Circumstances of the offending
2The circumstances of your offending were fully ventilated at trial and may be briefly summarised as follows.
3At the time of the offending, you were 35 years of age while the complainant, Leah Coop[1], was 32. You are now 39 and due to turn 40 next month.
[1] To ensure that there is no possibility of identification of the victim of this sexual offence, these reasons for sentence have been anonymised by the adoption of a pseudonym in place of the complainant’s name.
4Ms Coop was born in Canada and travelled to Australia in mid-2015. She met you in the first half of 2017, through mutual friends. You then added her to a group on Facebook to whom you sent flyers for the Latin dance nights that you organised at various night clubs, including Club 23 at Crown Casino.
5She attended one of those events at Club 23 on the evening of Friday 25 August 2017. You were hosting that night and spent some time with her at various points in the evening. You also provided her with a drinks card and ensured that she had access to the VIP area.
6When the night was winding down at about 3 am, the complainant called a number of friends to see if any of them were interested in having a drink elsewhere. When those attempts failed, you and her spent some time walking along the Yarra River talking before catching a taxi back to her Southbank apartment. It is unclear to me whose idea that was, but I am satisfied that the complainant had nothing more in mind than simply having a drink with a friend. In her evidence at trial, the complainant told the jury that she had never harboured any romantic interest in you and that she simply regarded you as a friend and nothing more.
7Once back at the apartment, you offered to give her a shoulder massage while seated on a couch in the lounge room. She accepted. After you had been doing that for some time, you suggested that it would be more comfortable in the bedroom. Again, the complainant acquiesced in what you were suggesting.

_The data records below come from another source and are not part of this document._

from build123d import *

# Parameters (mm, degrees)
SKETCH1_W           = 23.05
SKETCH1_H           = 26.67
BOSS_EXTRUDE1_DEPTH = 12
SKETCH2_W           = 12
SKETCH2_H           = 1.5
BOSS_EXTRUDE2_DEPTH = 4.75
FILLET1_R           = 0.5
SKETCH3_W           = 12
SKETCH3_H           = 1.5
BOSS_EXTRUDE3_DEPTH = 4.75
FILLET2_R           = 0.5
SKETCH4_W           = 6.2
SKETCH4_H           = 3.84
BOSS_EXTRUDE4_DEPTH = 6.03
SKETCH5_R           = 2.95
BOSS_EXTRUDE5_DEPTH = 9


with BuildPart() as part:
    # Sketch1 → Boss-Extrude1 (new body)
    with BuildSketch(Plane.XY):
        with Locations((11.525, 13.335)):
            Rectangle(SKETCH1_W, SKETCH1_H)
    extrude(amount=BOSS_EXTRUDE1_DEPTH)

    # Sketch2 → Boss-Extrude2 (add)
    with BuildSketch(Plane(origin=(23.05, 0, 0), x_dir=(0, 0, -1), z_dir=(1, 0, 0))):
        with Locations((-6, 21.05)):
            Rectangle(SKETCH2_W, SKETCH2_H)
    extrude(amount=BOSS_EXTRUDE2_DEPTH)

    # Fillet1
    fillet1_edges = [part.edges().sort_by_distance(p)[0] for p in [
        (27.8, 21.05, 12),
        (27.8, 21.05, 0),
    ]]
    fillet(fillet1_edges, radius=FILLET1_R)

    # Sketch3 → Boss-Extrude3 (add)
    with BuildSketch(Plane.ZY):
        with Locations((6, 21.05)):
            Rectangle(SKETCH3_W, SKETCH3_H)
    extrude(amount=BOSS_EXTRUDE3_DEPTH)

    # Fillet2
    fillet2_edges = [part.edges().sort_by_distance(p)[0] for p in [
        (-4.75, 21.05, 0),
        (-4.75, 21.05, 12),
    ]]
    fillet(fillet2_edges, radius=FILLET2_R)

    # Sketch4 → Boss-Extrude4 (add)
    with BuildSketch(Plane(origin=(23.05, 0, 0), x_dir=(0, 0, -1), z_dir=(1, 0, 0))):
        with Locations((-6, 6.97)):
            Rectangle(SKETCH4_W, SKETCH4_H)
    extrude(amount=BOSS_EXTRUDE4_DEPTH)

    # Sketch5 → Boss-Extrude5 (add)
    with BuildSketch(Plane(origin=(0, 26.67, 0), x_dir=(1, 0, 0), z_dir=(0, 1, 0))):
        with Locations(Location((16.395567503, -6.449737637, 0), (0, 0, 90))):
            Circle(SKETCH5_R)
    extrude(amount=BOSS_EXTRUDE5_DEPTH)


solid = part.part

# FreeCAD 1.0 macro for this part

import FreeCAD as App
import Part
import Sketcher


def edges_at(feature, points):
    """Names of the edges that pass closest to the given points."""
    edges = feature.Shape.Edges
    near = lambda p: min(range(len(edges)), key=lambda i: edges[i].distToShape(Part.Vertex(*p))[0])
    return sorted({f"Edge{near(p) + 1}" for p in points})


def add_polygon(sketch, points):
    """Adds a closed chain of lines whose ends are joined by coincident constraints."""
    first, n = sketch.GeometryCount, len(points)
    for a, b in zip(points, points[1:] + points[:1]):
        sketch.addGeometry(Part.LineSegment(App.Vector(*a, 0), App.Vector(*b, 0)), False)
    for i in range(n):
        sketch.addConstraint(Sketcher.Constraint("Coincident", first + i, 2, first + (i + 1) % n, 1))

doc = App.newDocument("Part")
body = doc.addObject("PartDesign::Body", "Body")

# Sketch on XY plane
sketch1 = body.newObject("Sketcher::SketchObject", "Sketch")
sketch1.AttachmentSupport = (doc.getObject("XY_Plane"), [""])
sketch1.MapMode = "FlatFace"
add_polygon(sketch1, [(0, 27), (0, 0), (23, 0), (23, 27)])  # lines 0-3
sketch1.addConstraint([
    Sketcher.Constraint("Vertical", 0),
    Sketcher.Constraint("Horizontal", 1),
    Sketcher.Constraint("Vertical", 2),
    Sketcher.Constraint("Horizontal", 3),
    Sketcher.Constraint("Coincident", 0, 2, -1, 1),
    Sketcher.Constraint("DistanceX", 1, 1, 1, 2, 23.05),
    Sketcher.Constraint("DistanceY", 0, 2, 0, 1, 26.67),
])
pad1 = body.newObject("PartDesign::Pad", "Pad")
pad1.Profile = sketch1
pad1.Length = 12

# Sketch on YZ plane
sketch2 = body.newObject("Sketcher::SketchObject", "Sketch001")
sketch2.AttachmentSupport = (doc.getObject("YZ_Plane"), [""])
sketch2.MapMode = "FlatFace"
sketch2.AttachmentOffset = App.Placement(App.Vector(0, 0, 23.05), App.Rotation())
add_polygon(sketch2, [(21.8, 12), (20.3, 12), (20.3, 0), (21.8, 0)])  # lines 0-3
sketch2.addConstraint([
    Sketcher.Constraint("Horizontal", 0),
    Sketcher.Constraint("Vertical", 1),
    Sketcher.Constraint("Horizontal", 2),
    Sketcher.Constraint("Vertical", 3),
    Sketcher.Constraint("PointOnObject", 1, 2, -1),
    Sketcher.Constraint("DistanceY", 1, 2, 1, 1, 12.0),
    Sketcher.Constraint("DistanceX", 0, 2, 0, 1, 1.5),
    Sketcher.Constraint("DistanceX", -1, 1, 0, 2, 20.3),
])
pad2 = body.newObject("PartDesign::Pad", "Pad001")
pad2.Profile = sketch2
pad2.Length = 4.75
doc.recompute()

fillet = body.newObject("PartDesign::Fillet", "Fillet")
fillet.Base = (pad2, edges_at(pad2, [(27.8, 21.05, 12), (27.8, 21.05, 0)]))
fillet.Radius = 0.5

# Sketch on YZ plane
sketch3 = body.newObject("Sketcher::SketchObject", "Sketch002")
sketch3.AttachmentSupport = (doc.getObject("YZ_Plane"), [""])
sketch3.MapMode = "FlatFace"
add_polygon(sketch3, [(21.8, 0), (20.3, 0), (20.3, 12), (21.8, 12)])  # lines 0-3
sketch3.addConstraint([
    Sketcher.Constraint("Horizontal", 0),
    Sketcher.Constraint("Vertical", 1),
    Sketcher.Constraint("Horizontal", 2),
    Sketcher.Constraint("Vertical", 3),
    Sketcher.Constraint("PointOnObject", 0, 2, -1),
    Sketcher.Constraint("DistanceY", 1, 1, 1, 2, 12.0),
    Sketcher.Constraint("DistanceX", 0, 2, 0, 1, 1.5),
    Sketcher.Constraint("DistanceX", -1, 1, 0, 2, 20.3),
])
pad3 = body.newObject("PartDesign::Pad", "Pad002")
pad3.Profile = sketch3
pad3.Length = 4.75
pad3.Reversed = True
doc.recompute()

fillet2 = body.newObject("PartDesign::Fillet", "Fillet001")
fillet2.Base = (pad3, edges_at(pad3, [(-4.75, 21.05, 0), (-4.75, 21.05, 12)]))
fillet2.Radius = 0.5

# Sketch on YZ plane
sketch4 = body.newObject("Sketcher::SketchObject", "Sketch003")
sketch4.AttachmentSupport = (doc.getObject("YZ_Plane"), [""])
sketch4.MapMode = "FlatFace"
sketch4.AttachmentOffset = App.Placement(App.Vector(0, 0, 23.05), App.Rotation())
add_polygon(sketch4, [(8.9, 9.1), (5, 9.1), (5, 2.9), (8.9, 2.9)])  # lines 0-3
sketch4.addConstraint([
    Sketcher.Constraint("Horizontal", 0),
    Sketcher.Constraint("Vertical", 1),
    Sketcher.Constraint("Horizontal", 2),
    Sketcher.Constraint("Vertical", 3),
    Sketcher.Constraint("DistanceY", 1, 2, 1, 1, 6.2),
    Sketcher.Constraint("DistanceX", 0, 2, 0, 1, 3.84),
    Sketcher.Constraint("DistanceY", -1, 1, 0, 2, 9.1),
    Sketcher.Constraint("DistanceX", -1, 1, 0, 2, 5.05),
])
pad4 = body.newObject("PartDesign::Pad", "Pad003")
pad4.Profile = sketch4
pad4.Length = 6.03

# Sketch on XZ plane
sketch5 = body.newObject("Sketcher::SketchObject", "Sketch004")
sketch5.AttachmentSupport = (doc.getObject("XZ_Plane"), [""])
sketch5.MapMode = "FlatFace"
sketch5.AttachmentOffset = App.Placement(App.Vector(0, 0, -26.67), App.Rotation())
sketch5.addGeometry(Part.Circle(App.Vector(16.4, 6.4, 0), App.Vector(0, 0, 1), 3), False)
sketch5.addConstraint([
    Sketcher.Constraint("Diameter", 0, 5.9),
    Sketcher.Constraint("DistanceX", -1, 1, 0, 3, 16.395568),
    Sketcher.Constraint("DistanceY", -1, 1, 0, 3, 6.449738),
])
pad5 = body.newObject("PartDesign::Pad", "Pad004")
pad5.Profile = sketch5
pad5.Length = 9
pad5.Reversed = True

doc.recompute()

8It is clear from the evidence, that each of you had consumed alcohol in the hours leading up to this point, although the complainant had drunk more than you. She described herself as drunk and on that account as 'not thinking' when she accepted each of your suggestions. Whilst the evidence would suggest that the complainant had a significant amount of alcohol in her system by this time, the first police officers who saw her not long afterwards, as well as the doctor who examined her at the hospital, did not form the impression that she was alcohol affected. Whatever be the reason for that, it means that I am unable to find that you were aware that the complainant had that much alcohol in her system as opposed to simply being affected by alcohol.

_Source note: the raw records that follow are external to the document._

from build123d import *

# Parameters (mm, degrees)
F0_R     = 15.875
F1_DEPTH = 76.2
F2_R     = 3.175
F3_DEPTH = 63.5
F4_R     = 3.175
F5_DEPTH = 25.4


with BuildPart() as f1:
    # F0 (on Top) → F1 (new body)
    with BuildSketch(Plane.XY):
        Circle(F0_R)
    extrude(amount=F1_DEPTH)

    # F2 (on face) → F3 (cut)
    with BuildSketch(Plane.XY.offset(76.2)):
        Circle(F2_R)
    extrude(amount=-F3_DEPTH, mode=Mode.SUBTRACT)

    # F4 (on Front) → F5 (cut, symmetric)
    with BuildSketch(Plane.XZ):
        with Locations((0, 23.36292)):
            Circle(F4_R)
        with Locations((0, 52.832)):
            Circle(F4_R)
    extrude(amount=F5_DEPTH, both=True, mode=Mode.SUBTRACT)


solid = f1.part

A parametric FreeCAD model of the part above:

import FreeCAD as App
import Part
import Sketcher

V = App.Vector
Q = App.Units.Quantity

doc = App.newDocument("Part")
body = doc.addObject("PartDesign::Body", "Body")

# Sketch on XY plane
sketch1 = body.newObject("Sketcher::SketchObject", "Sketch")
sketch1.AttachmentSupport = (doc.getObject("XY_Plane"), [""])
sketch1.MapMode = "FlatFace"
sketch1.addGeometry(Part.Circle(V(0, 0, 0), V(0, 0, 1), 16), False)
sketch1.addConstraint(Sketcher.Constraint("Coincident", 0, 3, -1, 1))
sketch1.addConstraint(Sketcher.Constraint("Diameter", 0, Q("1.25 in")))
pad1 = body.newObject("PartDesign::Pad", "Pad")
pad1.Profile = sketch1
pad1.Length = Q("3 in")

# Sketch on XY plane
sketch2 = body.newObject("Sketcher::SketchObject", "Sketch001")
sketch2.AttachmentSupport = (doc.getObject("XY_Plane"), [""])
sketch2.MapMode = "FlatFace"
sketch2.AttachmentOffset = App.Placement(V(0, 0, 3 * 25.4), App.Rotation())
sketch2.addGeometry(Part.Circle(V(0, 0, 0), V(0, 0, 1), 3.2), False)
sketch2.addConstraint(Sketcher.Constraint("Coincident", 0, 3, -1, 1))
sketch2.addConstraint(Sketcher.Constraint("Diameter", 0, Q("0.25 in")))
pocket1 = body.newObject("PartDesign::Pocket", "Pocket")
pocket1.Profile = sketch2
pocket1.Length = Q("2.5 in")

# Sketch on XZ plane
sketch3 = body.newObject("Sketcher::SketchObject", "Sketch002")
sketch3.AttachmentSupport = (doc.getObject("XZ_Plane"), [""])
sketch3.MapMode = "FlatFace"
sketch3.addGeometry(Part.Circle(V(0, 23.4, 0), V(0, 0, 1), 3.2), False)
sketch3.addGeometry(Part.Circle(V(0, 52.8, 0), V(0, 0, 1), 3.2), False)
sketch3.addConstraint(Sketcher.Constraint("Equal", 0, 1))
sketch3.addConstraint(Sketcher.Constraint("PointOnObject", 0, 3, -2))
sketch3.addConstraint(Sketcher.Constraint("PointOnObject", 1, 3, -2))
sketch3.addConstraint(Sketcher.Constraint("Diameter", 0, Q("0.25 in")))
sketch3.addConstraint(Sketcher.Constraint("DistanceY", -1, 1, 1, 3, Q("2.08 in")))
sketch3.addConstraint(Sketcher.Constraint("DistanceY", -1, 1, 0, 3, Q("0.9198 in")))
pocket2 = body.newObject("PartDesign::Pocket", "Pocket001")
pocket2.Profile = sketch3
pocket2.Length = Q("2 in")
pocket2.Midplane = True

doc.recompute()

9Once in the bedroom, you commenced to massage the complainant’s shoulders while she lay on her stomach on the bed. At one point, you began to move your hands down her body, to her sides and bottom. The complainant described those actions as 'getting handsy'. In response, she immediately said, 'No, that’s not happening. This isn’t happening because you are married'. You then offered to remove your wedding band. The complainant said that things happened very quickly after that.
(Short adjournment.)
10The complainant said that things happened very quickly after that.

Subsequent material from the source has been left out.